PROVIDED DATA section start

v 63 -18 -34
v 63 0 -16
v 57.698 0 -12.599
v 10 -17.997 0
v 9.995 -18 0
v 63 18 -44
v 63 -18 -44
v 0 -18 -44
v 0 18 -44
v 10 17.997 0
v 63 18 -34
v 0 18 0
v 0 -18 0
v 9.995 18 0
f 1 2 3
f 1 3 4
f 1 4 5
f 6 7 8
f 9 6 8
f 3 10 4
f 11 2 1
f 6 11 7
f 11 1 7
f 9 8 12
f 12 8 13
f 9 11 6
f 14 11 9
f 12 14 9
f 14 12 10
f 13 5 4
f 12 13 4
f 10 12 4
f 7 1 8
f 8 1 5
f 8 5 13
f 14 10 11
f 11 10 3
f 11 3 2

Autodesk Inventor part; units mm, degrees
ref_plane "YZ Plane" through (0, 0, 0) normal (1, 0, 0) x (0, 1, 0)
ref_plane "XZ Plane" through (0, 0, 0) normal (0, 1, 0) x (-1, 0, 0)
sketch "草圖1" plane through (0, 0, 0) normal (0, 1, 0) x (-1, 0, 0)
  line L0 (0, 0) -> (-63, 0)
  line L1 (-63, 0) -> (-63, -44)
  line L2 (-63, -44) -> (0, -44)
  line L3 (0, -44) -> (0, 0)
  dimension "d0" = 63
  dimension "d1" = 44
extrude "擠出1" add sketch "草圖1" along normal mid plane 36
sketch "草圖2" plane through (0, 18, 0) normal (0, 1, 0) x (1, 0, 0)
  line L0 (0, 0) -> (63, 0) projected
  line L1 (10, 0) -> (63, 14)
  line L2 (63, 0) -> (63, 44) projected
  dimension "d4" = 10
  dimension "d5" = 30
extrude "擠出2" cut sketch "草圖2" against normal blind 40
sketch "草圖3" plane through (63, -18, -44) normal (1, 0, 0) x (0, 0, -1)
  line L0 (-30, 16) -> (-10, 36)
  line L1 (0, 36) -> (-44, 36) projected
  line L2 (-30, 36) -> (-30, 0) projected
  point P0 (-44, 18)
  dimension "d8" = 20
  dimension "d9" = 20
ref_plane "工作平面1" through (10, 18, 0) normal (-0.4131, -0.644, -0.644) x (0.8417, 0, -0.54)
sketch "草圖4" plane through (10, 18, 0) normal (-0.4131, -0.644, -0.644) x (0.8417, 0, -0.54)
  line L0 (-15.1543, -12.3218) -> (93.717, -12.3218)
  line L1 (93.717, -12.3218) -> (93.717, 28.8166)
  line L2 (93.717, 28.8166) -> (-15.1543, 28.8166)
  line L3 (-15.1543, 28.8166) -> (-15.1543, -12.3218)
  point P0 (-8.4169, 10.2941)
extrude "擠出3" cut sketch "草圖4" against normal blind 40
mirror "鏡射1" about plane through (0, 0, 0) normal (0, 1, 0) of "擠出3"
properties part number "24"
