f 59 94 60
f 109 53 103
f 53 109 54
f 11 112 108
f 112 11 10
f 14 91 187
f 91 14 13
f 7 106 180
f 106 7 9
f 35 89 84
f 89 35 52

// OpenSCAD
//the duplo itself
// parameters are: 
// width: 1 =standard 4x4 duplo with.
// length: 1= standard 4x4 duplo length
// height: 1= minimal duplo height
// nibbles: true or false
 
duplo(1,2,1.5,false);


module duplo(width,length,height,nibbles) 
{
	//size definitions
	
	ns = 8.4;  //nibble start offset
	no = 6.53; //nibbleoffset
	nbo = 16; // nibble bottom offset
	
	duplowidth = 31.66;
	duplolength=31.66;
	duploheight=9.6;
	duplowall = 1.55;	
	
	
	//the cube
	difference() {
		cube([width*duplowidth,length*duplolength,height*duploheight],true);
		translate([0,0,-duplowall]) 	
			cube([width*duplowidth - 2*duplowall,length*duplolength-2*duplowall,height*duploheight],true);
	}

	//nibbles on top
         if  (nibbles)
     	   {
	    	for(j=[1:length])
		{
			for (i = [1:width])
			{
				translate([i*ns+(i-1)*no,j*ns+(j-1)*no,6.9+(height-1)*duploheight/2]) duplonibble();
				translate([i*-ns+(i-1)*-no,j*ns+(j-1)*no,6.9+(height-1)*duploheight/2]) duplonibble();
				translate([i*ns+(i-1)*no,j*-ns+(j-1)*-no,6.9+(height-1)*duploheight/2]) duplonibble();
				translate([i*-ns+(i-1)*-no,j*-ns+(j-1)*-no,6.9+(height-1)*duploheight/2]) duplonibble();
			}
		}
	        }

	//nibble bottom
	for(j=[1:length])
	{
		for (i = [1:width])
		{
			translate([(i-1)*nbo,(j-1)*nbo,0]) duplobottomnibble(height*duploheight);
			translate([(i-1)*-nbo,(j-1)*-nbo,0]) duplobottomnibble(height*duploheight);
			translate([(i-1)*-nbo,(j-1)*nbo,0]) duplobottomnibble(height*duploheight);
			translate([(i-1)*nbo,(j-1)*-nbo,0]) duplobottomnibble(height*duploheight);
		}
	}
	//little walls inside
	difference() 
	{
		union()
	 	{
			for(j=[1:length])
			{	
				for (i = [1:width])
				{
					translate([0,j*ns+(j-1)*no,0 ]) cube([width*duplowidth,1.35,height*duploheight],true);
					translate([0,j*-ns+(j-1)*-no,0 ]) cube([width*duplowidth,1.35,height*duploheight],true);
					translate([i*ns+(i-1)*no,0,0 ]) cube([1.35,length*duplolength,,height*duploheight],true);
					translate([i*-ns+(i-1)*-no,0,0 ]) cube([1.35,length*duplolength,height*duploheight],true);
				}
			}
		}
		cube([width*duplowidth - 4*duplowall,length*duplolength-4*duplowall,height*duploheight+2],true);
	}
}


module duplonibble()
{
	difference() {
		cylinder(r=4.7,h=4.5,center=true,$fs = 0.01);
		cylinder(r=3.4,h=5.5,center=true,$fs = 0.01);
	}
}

PROVIDED DATA section end

## WHAT TO WORK ON
By examining the material line by line, establish how many lines contain "duplonibble" and give only that number.

## RESPONSE FOR THIS EXERCISE
5